Lech Poznań - Legia Warszawa LIVE! Relacja na żywo prosto z Bułgarskiej!

Skorża i Bakero zaczynali sezon z jasno sprecyzowanym celem - wywalczenia mistrzostwa Polski. Ten drugi co prawda w Polonii Warszawa, ale po zmianie miejsca pracy (od listopada trenuje Lecha Poznań) nic się nie zmieniło. W sobotę obu pozostała już tylko walka o honor, bo szanse na dogonienie prowadzącej Wisły Kraków mają niewielkie.

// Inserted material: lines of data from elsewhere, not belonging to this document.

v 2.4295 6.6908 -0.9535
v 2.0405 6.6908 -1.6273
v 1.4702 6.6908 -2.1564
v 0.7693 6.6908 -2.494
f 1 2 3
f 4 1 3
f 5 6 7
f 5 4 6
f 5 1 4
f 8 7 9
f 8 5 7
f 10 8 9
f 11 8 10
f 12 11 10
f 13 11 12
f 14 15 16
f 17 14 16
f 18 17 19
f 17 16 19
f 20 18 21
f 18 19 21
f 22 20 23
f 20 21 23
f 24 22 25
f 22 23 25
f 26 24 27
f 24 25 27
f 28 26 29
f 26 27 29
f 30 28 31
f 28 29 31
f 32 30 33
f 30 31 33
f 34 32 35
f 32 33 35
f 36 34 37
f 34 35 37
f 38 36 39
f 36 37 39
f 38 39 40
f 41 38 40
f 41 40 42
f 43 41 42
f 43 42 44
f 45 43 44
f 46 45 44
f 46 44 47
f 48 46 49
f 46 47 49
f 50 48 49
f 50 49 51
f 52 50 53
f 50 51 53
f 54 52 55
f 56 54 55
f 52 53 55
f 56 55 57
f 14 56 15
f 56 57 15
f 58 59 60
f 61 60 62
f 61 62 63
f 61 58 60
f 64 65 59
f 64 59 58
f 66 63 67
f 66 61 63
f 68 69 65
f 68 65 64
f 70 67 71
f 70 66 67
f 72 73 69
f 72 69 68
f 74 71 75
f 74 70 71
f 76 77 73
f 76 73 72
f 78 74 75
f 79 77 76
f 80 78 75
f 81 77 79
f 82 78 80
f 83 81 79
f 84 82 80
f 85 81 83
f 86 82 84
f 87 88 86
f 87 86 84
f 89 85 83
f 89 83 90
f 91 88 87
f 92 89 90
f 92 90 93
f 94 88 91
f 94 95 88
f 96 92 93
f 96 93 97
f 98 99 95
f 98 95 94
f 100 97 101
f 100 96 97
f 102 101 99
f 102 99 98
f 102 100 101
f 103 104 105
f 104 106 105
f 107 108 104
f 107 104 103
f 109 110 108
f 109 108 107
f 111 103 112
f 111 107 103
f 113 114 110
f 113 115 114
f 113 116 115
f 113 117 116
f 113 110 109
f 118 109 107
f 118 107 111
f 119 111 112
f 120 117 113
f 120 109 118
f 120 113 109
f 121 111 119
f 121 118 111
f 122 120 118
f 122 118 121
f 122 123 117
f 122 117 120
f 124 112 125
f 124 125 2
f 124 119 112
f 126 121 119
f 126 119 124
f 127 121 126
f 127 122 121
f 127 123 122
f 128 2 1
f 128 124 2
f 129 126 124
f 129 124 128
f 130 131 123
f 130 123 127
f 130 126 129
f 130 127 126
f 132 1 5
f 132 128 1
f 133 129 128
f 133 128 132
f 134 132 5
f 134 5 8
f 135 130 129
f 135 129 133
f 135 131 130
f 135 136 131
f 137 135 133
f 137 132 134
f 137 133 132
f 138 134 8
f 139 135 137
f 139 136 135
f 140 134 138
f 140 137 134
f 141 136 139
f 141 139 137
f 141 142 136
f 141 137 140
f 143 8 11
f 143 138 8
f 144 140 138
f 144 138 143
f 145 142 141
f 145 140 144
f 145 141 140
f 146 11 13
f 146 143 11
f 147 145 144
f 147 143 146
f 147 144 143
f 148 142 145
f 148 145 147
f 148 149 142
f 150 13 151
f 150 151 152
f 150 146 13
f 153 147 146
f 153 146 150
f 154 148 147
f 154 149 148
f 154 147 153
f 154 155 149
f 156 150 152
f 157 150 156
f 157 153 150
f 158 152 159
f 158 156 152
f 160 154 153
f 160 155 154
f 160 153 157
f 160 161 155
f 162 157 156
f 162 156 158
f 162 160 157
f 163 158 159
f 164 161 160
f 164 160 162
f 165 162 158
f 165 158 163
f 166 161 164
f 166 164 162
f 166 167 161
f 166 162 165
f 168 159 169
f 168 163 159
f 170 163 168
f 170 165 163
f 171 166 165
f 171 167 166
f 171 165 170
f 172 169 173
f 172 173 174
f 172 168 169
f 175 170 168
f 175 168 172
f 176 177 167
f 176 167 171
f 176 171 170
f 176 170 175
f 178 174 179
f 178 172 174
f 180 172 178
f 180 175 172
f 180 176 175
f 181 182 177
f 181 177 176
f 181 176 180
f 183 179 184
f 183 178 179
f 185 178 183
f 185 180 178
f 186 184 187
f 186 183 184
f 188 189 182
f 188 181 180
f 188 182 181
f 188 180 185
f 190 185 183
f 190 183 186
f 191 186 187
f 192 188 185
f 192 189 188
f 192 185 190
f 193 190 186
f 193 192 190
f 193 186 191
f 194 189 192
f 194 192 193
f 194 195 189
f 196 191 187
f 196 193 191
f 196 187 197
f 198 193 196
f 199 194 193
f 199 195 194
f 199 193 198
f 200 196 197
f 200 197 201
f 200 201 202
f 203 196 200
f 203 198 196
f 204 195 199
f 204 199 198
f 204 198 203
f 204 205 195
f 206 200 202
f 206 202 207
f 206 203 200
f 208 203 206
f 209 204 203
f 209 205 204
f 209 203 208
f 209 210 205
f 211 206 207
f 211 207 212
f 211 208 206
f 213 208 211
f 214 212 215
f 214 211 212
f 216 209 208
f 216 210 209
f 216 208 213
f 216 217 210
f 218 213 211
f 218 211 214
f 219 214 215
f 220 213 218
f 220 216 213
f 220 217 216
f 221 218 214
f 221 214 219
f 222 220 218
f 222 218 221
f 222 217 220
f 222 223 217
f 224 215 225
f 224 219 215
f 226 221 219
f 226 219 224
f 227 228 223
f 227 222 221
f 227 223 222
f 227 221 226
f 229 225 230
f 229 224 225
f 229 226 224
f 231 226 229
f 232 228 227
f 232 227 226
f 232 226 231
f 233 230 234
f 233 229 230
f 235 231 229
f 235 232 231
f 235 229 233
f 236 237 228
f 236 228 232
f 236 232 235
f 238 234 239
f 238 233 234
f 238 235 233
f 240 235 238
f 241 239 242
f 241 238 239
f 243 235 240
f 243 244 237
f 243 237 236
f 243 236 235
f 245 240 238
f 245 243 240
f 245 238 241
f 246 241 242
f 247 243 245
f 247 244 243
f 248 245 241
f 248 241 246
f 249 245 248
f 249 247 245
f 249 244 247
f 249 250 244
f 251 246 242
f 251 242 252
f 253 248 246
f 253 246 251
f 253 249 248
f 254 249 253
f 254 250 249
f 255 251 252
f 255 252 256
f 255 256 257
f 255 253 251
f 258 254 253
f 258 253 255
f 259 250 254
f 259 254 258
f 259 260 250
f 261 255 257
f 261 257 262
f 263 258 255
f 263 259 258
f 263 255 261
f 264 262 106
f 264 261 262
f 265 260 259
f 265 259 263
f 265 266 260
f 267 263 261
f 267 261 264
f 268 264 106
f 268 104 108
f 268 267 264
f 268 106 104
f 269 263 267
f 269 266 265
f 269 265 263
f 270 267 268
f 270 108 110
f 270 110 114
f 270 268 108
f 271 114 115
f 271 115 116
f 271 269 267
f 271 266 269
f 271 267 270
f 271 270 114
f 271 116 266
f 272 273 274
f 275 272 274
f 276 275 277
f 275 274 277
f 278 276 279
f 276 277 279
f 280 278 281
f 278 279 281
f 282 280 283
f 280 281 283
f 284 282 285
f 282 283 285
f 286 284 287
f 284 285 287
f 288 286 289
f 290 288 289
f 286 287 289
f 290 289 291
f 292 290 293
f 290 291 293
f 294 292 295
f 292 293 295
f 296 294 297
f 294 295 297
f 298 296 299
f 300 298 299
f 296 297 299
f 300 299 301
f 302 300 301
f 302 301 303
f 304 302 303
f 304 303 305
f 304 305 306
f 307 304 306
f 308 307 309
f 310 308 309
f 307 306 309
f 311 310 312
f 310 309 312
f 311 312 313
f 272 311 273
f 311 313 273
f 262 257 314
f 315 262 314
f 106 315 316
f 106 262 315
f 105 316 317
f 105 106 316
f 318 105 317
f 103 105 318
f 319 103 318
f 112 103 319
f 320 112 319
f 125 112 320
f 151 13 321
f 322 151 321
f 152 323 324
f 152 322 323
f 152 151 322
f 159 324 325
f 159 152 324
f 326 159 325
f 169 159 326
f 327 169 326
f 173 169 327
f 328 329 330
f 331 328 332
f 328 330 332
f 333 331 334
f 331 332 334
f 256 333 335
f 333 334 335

Powalczą również o swoje głowy. - Mam sposób na Lecha - zapewnia Skorża. Tymczasem nie jest tajemnicą, że działacze Legii rozglądają się już za jego następcą. Każdy kolejny mecz bez zwycięstwa może być dla niego ostatnim, pomimo najnowszych doniesień z Łazienkowskiej, że na rozliczenie trenera przyjdzie czas dopiero latem.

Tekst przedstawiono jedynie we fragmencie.